This study is ongoing, but not recruiting participants.
Sponsor:
Information provided by (Responsible Party):
Daniel Fowler, M.D., National Institutes of Health Clinical Center (CC)
ClinicalTrials.gov Identifier:
NCT00923845
First received: June 17, 2009
Last updated: July 27, 2017
Last verified: July 2017
  Purpose

Background:

Low-dose chemotherapy is easier for the body to tolerate than typical high-dose chemotherapy and involves a shorter period of complete immune suppression.

Donor immune cells called lymphocytes, or T cells, fight residual tumor cells that might have remained in the recipients body after stem cell transplant, in what is called a graft-versus-tumor (GVT) effect.

The immune-suppressing drug sirolimus appears to help prevent graft-versus-host disease (GVHD), a side effect of stem cell transplant in which donated T cells sometimes attack healthy tissues, damaging organs such as the liver, intestines and skin.

Th2 cells are cells collected from the transplant donor and grown in a high concentration of sirolimus.

Objectives:

To determine whether stem cell transplantation using low-dose chemotherapy and sirolimus-generated Th2 cells can cause a remission of advanced kidney cancer.

Eligibility:

Patients between 18 and 75 years of age who have kidney cancer that has spread beyond the kidney and who have a tissue-matched sibling stem cell donor.

Design:

Patients undergo stem cell transplantation as follows:

  • Low-intensity chemotherapy with pentostatin and cyclophosphamide over a 21-day period to reduce the level of the immune system to prepare for the transplant.
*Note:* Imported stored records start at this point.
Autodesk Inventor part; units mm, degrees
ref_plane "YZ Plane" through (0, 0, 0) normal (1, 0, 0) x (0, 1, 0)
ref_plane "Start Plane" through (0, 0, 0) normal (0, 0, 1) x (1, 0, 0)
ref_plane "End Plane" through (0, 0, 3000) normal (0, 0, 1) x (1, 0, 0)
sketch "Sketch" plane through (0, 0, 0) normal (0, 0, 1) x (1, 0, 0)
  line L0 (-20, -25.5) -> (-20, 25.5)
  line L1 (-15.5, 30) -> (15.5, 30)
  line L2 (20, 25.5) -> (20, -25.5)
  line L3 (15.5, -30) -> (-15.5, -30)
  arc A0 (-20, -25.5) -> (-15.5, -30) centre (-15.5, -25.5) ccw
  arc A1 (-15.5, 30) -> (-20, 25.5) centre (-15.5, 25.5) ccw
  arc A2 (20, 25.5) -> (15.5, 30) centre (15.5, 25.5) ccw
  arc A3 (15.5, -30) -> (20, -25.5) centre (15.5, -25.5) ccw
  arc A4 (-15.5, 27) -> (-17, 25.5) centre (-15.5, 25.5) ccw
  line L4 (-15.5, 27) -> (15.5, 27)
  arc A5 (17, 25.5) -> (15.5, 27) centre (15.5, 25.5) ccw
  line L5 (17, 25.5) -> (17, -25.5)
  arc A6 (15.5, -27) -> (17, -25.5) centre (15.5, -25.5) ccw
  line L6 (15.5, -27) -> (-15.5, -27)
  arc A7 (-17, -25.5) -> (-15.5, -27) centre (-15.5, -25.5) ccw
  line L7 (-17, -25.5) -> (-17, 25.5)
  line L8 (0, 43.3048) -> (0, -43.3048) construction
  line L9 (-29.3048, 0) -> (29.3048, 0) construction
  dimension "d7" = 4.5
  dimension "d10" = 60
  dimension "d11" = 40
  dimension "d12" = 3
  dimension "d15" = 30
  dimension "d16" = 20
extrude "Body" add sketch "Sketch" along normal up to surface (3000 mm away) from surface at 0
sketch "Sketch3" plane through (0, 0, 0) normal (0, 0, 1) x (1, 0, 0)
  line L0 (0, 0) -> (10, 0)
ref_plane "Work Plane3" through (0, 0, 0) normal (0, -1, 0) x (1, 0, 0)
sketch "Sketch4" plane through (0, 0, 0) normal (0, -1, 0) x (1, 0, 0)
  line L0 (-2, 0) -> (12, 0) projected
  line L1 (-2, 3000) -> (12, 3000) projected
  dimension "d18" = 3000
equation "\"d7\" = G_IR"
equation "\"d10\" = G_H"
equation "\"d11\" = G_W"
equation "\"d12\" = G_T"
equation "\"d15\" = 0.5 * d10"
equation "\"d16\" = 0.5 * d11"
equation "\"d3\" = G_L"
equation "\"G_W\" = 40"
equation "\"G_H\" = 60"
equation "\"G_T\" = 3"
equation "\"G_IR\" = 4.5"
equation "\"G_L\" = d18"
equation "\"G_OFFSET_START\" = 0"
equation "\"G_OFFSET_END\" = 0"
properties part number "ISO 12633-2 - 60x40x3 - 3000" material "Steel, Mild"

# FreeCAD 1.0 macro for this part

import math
import FreeCAD as App
import Part
import Sketcher
from FreeCAD import Vector
Q = App.Units.Quantity

doc = App.newDocument("Part")
body = doc.addObject("PartDesign::Body", "Body")

sketch1 = doc.addObject("Sketcher::SketchObject", "Sketch")
body.addObject(sketch1)
sketch1.AttachmentSupport = (doc.XY_Plane, [""])
sketch1.MapMode = "FlatFace"
sketch1.addGeometry([
    Part.LineSegment(Vector(-20, 25.5, 0), Vector(-20, -25.5, 0)),
    Part.ArcOfCircle(Part.Circle(Vector(-15.5, -25.5, 0), Vector(0, 0, 1), 4.5), math.radians(180), math.radians(270)),
    Part.LineSegment(Vector(-15.5, -30, 0), Vector(15.5, -30, 0)),
    Part.ArcOfCircle(Part.Circle(Vector(15.5, -25.5, 0), Vector(0, 0, 1), 4.5), math.radians(-90), math.radians(0)),
    Part.LineSegment(Vector(20, -25.5, 0), Vector(20, 25.5, 0)),
    Part.ArcOfCircle(Part.Circle(Vector(15.5, 25.5, 0), Vector(0, 0, 1), 4.5), math.radians(0), math.radians(90)),
    Part.LineSegment(Vector(15.5, 30, 0), Vector(-15.5, 30, 0)),
    Part.ArcOfCircle(Part.Circle(Vector(-15.5, 25.5, 0), Vector(0, 0, 1), 4.5), math.radians(90), math.radians(180)),
    Part.ArcOfCircle(Part.Circle(Vector(-15.5, 25.5, 0), Vector(0, 0, 1), 1.5), math.radians(90), math.radians(180)),
    Part.LineSegment(Vector(-15.5, 27, 0), Vector(15.5, 27, 0)),
    Part.ArcOfCircle(Part.Circle(Vector(15.5, 25.5, 0), Vector(0, 0, 1), 1.5), math.radians(0), math.radians(90)),
    Part.LineSegment(Vector(17, 25.5, 0), Vector(17, -25.5, 0)),
    Part.ArcOfCircle(Part.Circle(Vector(15.5, -25.5, 0), Vector(0, 0, 1), 1.5), math.radians(-90), math.radians(0)),
    Part.LineSegment(Vector(15.5, -27, 0), Vector(-15.5, -27, 0)),
    Part.ArcOfCircle(Part.Circle(Vector(-15.5, -25.5, 0), Vector(0, 0, 1), 1.5), math.radians(180), math.radians(270)),
    Part.LineSegment(Vector(-17, -25.5, 0), Vector(-17, 25.5, 0)),
], False)
sketch1.addConstraint([
    Sketcher.Constraint("Tangent", 0, 2, 1, 1),
    Sketcher.Constraint("Tangent", 1, 2, 2, 1),
    Sketcher.Constraint("Tangent", 2, 2, 3, 1),
    Sketcher.Constraint("Tangent", 3, 2, 4, 1),
    Sketcher.Constraint("Tangent", 4, 2, 5, 1),
    Sketcher.Constraint("Tangent", 5, 2, 6, 1),
    Sketcher.Constraint("Tangent", 6, 2, 7, 1),
    Sketcher.Constraint("Tangent", 7, 2, 0, 1),
    Sketcher.Constraint("Tangent", 8, 1, 9, 1),
    Sketcher.Constraint("Tangent", 9, 2, 10, 2),
    Sketcher.Constraint("Tangent", 10, 1, 11, 1),
    Sketcher.Constraint("Tangent", 11, 2, 12, 2),
    Sketcher.Constraint("Tangent", 12, 1, 13, 1),
    Sketcher.Constraint("Tangent", 13, 2, 14, 2),
    Sketcher.Constraint("Tangent", 14, 1, 15, 1),
    Sketcher.Constraint("Tangent", 15, 2, 8, 2),
    Sketcher.Constraint("Vertical", 0),
    Sketcher.Constraint("Horizontal", 2),
    Sketcher.Constraint("Vertical", 4),
    Sketcher.Constraint("Horizontal", 6),
    Sketcher.Constraint("Horizontal", 9),
    Sketcher.Constraint("Vertical", 11),
    Sketcher.Constraint("Horizontal", 13),
    Sketcher.Constraint("Vertical", 15),
    Sketcher.Constraint("Coincident", 8, 3, 7, 3),
    Sketcher.Constraint("Coincident", 10, 3, 5, 3),
    Sketcher.Constraint("Coincident", 12, 3, 3, 3),
    Sketcher.Constraint("Equal", 1, 3),
    Sketcher.Constraint("Equal", 3, 5),
    Sketcher.Constraint("Equal", 5, 7),
    Sketcher.Constraint("Equal", 12, 14),
    Sketcher.Constraint("Symmetric", 1, 3, 5, 3, -1, 1),
    Sketcher.Constraint("Radius", 1, Q("4.5 mm")),
    Sketcher.Constraint("Radius", 8, Q("1.5 mm")),
    Sketcher.Constraint("DistanceX", 0, 2, -1, 1, Q("20 mm")),
    Sketcher.Constraint("DistanceY", 1, 2, -1, 1, Q("30 mm")),
])
pad1 = doc.addObject("PartDesign::Pad", "Pad")
body.addObject(pad1)
pad1.Profile = sketch1
pad1.Length = 3000

doc.recompute()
Pentostatin is given through a vein (intravenous (IV)) on days 1, 8 and 15; cyclophosphamide tablets are taken by mouth for 21 consecutive days.
  • Sirolimus tablets, taken by mouth, starting 2 days before the transplant and continuing until 60 days after the transplant.
  • IV infusions of stem cells and Th2 cells.

Following the transplant, patients have the following procedures:

  • Additional Th2 cell infusions on days 14 and 45 after the transplant.
  • Follow-up visits at the National Institutes of Health (NIH) Clinical Center twice a week for the first 6 months after the transplant and then less frequently for at least 5 years to evaluate response to treatment and treatment side effects. Evaluations include a bone marrow aspirate and biopsy 1 month after transplant and periodic blood tests and imaging procedures (e.g., computed tomography (CT) or magnetic resonance imaging (MRI) scans).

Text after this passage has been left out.